Football was invented in England.

Right

Ball games using feet existed in many cultures long before — cuju in China (from at least 200 BCE), kemari in Japan, the Mesoamerican ballgame. The modern set of rules was codified in England in 1863, which is different. England gave the world the modern formal game; the basic idea is much older.

Why

'Invented in X country' often hides a longer history of similar things in other places. Many ancient cultures had ball games involving feet.

Wrong

Most footballs are made in China.

Right

About 70 percent of all footballs in the world are made in Sialkot, a city in Pakistan. China is also a major producer, but Sialkot is the world capital of the football industry. About 60,000 workers in Sialkot make balls, many of them women hand-stitching at home.

Why

'Made in China' has become a default assumption for many manufactured goods, but specific industries often have specific places. Sialkot's century of football craftsmanship cannot easily be replaced.

Wrong

Women have always been allowed to play football.

Right

The English Football Association banned women from its pitches from 1921 to 1971 — fifty years. Many other countries had similar bans. Before the 1921 ban, women's football was actually drawing larger crowds than some men's matches in England. The ban was specifically to stop the women's game from competing with the men's.

Why

'Always allowed' is a comforting assumption that erases real history. The women's game was deliberately suppressed in many places.

Wrong

The 32-panel ball is just a design choice.

Right

The 32-panel design (12 pentagons and 20 hexagons) is a truncated icosahedron — one of the Archimedean solids in geometry. The shape is very close to a perfect sphere, which makes the ball fly predictably. The black-and-white pattern was chosen for visibility on black-and-white television. The design solved real engineering and broadcasting problems.

Why

'Just a design' undersells the engineering and history behind why one design becomes the standard.

Teaching this with care

Football generates strong feelings. Be careful not to take sides between teams, clubs, or national teams. If a major match has just happened, students may want to talk about it; let them, briefly, but keep the lesson focused. Different countries call the game by different names — football, soccer, fútbol, futebol, calcio (Italian for 'kick'), futboll (Albanian), Fußball (German). All are correct. Use the term most familiar to your students. The Sialkot industry is honest history. Do not present Pakistani workers only as victims. They have skills passed down for generations, and they have improved their conditions through their own organising. The Atlanta Agreement of 1997 was real progress. Wages are still low, and that is also true. Both can be said. The 1921 FA ban is a real piece of women's history that is sometimes forgotten. Do not present women's football as 'recently invented'. It has a long history; the recovery from the ban is what is recent. If you have students who play football, give them space to share their experiences. If you have students who do not like football — they exist — respect that too. The lesson is not about whether football is the best sport, but about the history of one specific object and game. FIFA's corruption scandals are real and well-documented (2015 arrests, ongoing investigations). Mention them honestly without dwelling on details. The basic structure of FIFA — running the World Cup, organising international matches — has continued, but trust in the institution was damaged. Be careful with discussions of professional footballers' very high salaries. The top male players earn over $100 million per year. Top female players earn under $1 million. Both numbers are extreme — most players, including most professional players, earn modest salaries. The very highest figures distort perception. Avoid lazy generalisations like 'football is the universal language'. The game is genuinely loved very widely, but not everywhere equally. American football, baseball, cricket, basketball, ice hockey, and other sports are dominant in different places. Football is unusually widespread, not actually universal. Finally, end on the joy. The football is a real source of happiness for billions of people. The history is complicated, but the game itself — kicking a ball, with friends, on grass or dirt — remains one of the simplest pleasures.
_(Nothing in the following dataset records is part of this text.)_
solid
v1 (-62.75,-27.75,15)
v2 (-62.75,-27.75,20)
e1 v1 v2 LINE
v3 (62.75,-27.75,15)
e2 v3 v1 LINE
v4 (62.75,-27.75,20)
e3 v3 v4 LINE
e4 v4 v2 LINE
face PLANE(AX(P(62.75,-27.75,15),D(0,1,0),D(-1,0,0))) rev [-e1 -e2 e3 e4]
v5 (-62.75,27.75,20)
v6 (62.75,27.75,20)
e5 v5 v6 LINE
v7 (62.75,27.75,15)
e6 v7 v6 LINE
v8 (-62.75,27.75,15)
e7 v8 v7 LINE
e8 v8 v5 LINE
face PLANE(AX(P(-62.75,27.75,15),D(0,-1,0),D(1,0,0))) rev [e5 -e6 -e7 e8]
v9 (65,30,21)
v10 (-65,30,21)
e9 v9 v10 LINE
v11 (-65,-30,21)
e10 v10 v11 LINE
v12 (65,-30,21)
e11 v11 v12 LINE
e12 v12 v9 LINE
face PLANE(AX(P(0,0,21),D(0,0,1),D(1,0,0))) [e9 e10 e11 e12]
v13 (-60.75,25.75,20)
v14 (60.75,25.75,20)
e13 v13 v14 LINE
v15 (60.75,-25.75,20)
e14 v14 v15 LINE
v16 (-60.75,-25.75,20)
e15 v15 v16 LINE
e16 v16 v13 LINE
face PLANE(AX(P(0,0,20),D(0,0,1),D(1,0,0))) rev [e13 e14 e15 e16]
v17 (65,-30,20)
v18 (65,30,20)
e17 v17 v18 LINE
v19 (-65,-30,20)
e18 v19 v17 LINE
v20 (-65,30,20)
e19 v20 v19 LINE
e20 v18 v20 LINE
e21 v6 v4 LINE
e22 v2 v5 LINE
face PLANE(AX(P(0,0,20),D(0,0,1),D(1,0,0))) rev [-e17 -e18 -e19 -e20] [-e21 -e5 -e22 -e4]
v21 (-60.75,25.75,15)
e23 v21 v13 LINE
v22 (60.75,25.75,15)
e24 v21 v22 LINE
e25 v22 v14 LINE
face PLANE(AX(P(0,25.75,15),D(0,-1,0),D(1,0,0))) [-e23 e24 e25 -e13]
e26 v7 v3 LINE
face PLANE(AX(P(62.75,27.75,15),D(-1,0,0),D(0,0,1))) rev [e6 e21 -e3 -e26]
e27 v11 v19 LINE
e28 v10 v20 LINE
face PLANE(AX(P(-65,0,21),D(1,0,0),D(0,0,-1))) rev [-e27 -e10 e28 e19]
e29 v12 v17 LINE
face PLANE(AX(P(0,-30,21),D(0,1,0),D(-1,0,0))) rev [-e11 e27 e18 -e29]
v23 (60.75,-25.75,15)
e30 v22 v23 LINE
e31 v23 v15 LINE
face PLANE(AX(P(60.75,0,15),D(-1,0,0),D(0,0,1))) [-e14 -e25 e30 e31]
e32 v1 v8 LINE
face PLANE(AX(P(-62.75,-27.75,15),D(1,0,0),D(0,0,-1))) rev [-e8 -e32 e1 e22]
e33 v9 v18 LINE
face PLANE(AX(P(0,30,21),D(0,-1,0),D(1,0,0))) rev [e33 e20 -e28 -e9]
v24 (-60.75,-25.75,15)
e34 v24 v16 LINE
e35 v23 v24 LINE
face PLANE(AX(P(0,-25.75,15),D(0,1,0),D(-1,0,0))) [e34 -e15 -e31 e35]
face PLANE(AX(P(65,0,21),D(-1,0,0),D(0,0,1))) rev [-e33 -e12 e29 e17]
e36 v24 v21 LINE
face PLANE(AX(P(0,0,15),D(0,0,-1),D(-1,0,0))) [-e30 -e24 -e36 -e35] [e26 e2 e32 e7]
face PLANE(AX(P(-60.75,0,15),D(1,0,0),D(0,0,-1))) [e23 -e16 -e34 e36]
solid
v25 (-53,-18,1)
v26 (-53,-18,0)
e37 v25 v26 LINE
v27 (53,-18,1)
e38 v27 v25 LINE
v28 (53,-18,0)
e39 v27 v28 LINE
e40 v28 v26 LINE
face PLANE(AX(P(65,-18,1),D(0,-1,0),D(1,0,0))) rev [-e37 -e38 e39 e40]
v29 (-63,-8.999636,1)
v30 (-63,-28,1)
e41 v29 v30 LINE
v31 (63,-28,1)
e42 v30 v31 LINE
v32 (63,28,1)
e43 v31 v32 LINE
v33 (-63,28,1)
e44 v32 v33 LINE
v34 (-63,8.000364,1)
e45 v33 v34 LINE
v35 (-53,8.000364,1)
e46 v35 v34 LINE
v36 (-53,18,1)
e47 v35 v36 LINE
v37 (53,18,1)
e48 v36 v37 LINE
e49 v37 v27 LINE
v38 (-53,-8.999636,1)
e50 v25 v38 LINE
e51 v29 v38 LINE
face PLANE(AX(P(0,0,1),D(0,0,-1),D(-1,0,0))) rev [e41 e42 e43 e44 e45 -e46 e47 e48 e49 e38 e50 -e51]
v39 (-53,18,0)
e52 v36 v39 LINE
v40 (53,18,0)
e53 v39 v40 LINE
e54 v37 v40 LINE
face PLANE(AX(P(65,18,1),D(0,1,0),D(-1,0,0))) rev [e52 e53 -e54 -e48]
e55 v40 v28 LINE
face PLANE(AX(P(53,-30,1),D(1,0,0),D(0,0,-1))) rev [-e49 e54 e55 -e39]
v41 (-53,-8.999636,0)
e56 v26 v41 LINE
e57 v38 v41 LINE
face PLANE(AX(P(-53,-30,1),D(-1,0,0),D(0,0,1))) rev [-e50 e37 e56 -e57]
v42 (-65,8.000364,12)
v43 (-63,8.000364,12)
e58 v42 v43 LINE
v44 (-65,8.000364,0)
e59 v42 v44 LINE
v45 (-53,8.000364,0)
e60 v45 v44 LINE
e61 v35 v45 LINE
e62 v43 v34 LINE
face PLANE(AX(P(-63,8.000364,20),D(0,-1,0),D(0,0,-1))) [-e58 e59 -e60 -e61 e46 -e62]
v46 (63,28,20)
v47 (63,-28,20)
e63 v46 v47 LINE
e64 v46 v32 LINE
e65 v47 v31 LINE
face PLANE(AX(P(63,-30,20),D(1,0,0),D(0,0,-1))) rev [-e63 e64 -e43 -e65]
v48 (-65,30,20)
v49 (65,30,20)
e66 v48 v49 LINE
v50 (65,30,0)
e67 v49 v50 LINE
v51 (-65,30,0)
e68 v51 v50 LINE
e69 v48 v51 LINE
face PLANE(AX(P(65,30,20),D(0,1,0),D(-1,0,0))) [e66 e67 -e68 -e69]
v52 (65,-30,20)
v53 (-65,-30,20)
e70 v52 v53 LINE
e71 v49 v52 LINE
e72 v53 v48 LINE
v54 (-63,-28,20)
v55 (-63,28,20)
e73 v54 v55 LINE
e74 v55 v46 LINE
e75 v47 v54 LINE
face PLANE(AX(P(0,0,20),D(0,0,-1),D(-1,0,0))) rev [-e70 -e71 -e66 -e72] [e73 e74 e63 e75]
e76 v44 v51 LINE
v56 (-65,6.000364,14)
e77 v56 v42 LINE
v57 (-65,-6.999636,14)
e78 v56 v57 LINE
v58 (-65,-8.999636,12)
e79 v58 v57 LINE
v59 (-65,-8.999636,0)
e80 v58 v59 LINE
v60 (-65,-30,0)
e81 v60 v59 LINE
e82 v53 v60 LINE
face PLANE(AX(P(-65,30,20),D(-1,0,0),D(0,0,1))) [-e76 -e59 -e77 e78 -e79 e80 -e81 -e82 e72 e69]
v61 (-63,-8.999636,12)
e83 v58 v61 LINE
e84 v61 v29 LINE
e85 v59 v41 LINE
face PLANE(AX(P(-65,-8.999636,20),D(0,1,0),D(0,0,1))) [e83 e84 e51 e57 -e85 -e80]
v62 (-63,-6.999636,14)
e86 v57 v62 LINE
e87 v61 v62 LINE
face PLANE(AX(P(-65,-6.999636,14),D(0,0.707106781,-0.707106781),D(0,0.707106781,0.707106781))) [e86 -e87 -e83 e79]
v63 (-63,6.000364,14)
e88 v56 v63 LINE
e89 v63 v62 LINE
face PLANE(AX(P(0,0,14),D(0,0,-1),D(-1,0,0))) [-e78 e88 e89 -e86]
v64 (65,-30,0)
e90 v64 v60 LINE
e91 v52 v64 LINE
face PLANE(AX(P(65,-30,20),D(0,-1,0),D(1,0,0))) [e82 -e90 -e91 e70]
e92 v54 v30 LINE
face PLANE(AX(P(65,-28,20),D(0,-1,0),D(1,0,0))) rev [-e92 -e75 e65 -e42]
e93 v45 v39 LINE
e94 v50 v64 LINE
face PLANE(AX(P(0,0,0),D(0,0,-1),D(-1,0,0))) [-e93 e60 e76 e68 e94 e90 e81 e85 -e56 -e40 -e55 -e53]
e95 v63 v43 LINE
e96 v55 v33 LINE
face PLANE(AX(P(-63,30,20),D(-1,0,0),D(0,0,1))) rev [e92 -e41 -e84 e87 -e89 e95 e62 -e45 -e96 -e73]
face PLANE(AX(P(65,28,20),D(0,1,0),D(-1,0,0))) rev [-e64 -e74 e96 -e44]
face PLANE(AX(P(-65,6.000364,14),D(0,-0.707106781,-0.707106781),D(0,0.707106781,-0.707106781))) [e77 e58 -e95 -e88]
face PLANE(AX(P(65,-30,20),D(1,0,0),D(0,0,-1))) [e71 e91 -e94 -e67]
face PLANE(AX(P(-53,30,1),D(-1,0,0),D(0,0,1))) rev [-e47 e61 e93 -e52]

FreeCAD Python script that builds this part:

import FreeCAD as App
import Part
import Sketcher
from FreeCAD import Vector


def add_polygon(sketch, points):
    """Adds a closed chain of lines whose ends are joined by coincident constraints."""
    first, n = sketch.GeometryCount, len(points)
    for a, b in zip(points, points[1:] + points[:1]):
        sketch.addGeometry(Part.LineSegment(App.Vector(*a, 0), App.Vector(*b, 0)), False)
    for i in range(n):
        sketch.addConstraint(Sketcher.Constraint("Coincident", first + i, 2, first + (i + 1) % n, 1))

doc = App.newDocument("Part")
body = doc.addObject("PartDesign::Body", "Body")

sketch1 = body.newObject("Sketcher::SketchObject", "Sketch")
sketch1.AttachmentSupport = (doc.getObject("XY_Plane"), [""])
sketch1.MapMode = "FlatFace"
add_polygon(sketch1, [(-65, -9), (-65, -30), (65, -30), (65, 30), (-65, 30), (-65, 8), (-63, 8), (-63, 28), (63, 28), (63, -28), (-63, -28), (-63, -9)])
sketch1.addConstraint(Sketcher.Constraint("Vertical", 0))
sketch1.addConstraint(Sketcher.Constraint("Horizontal", 1))
sketch1.addConstraint(Sketcher.Constraint("Vertical", 2))
sketch1.addConstraint(Sketcher.Constraint("Horizontal", 3))
sketch1.addConstraint(Sketcher.Constraint("Vertical", 4))
sketch1.addConstraint(Sketcher.Constraint("Horizontal", 5))
sketch1.addConstraint(Sketcher.Constraint("Vertical", 6))
sketch1.addConstraint(Sketcher.Constraint("Horizontal", 7))
sketch1.addConstraint(Sketcher.Constraint("Vertical", 8))
sketch1.addConstraint(Sketcher.Constraint("Horizontal", 9))
sketch1.addConstraint(Sketcher.Constraint("Vertical", 10))
sketch1.addConstraint(Sketcher.Constraint("Horizontal", 11))
sketch1.addConstraint(Sketcher.Constraint("Symmetric", 0, 2, 2, 2, -1, 1))
sketch1.addConstraint(Sketcher.Constraint("Symmetric", 6, 2, 8, 2, -1, 1))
Check what students have understood

Answer each question in one or two sentences. Use what you have learned about the football.

  1. When and where was the modern game of football codified, and what was the situation before that?

    The modern game was codified in England in 1863, when the English Football Association wrote the first formal rules. Before that, different schools and clubs had their own rules. Ball games using feet had also existed in many cultures for thousands of years — cuju in China, kemari in Japan, the Mesoamerican ballgame.
    Marking note: Award full marks for any answer that mentions both the 1863 English codification and the existence of earlier ball games in other cultures.
  2. Where do most of the world's footballs come from, and who makes them?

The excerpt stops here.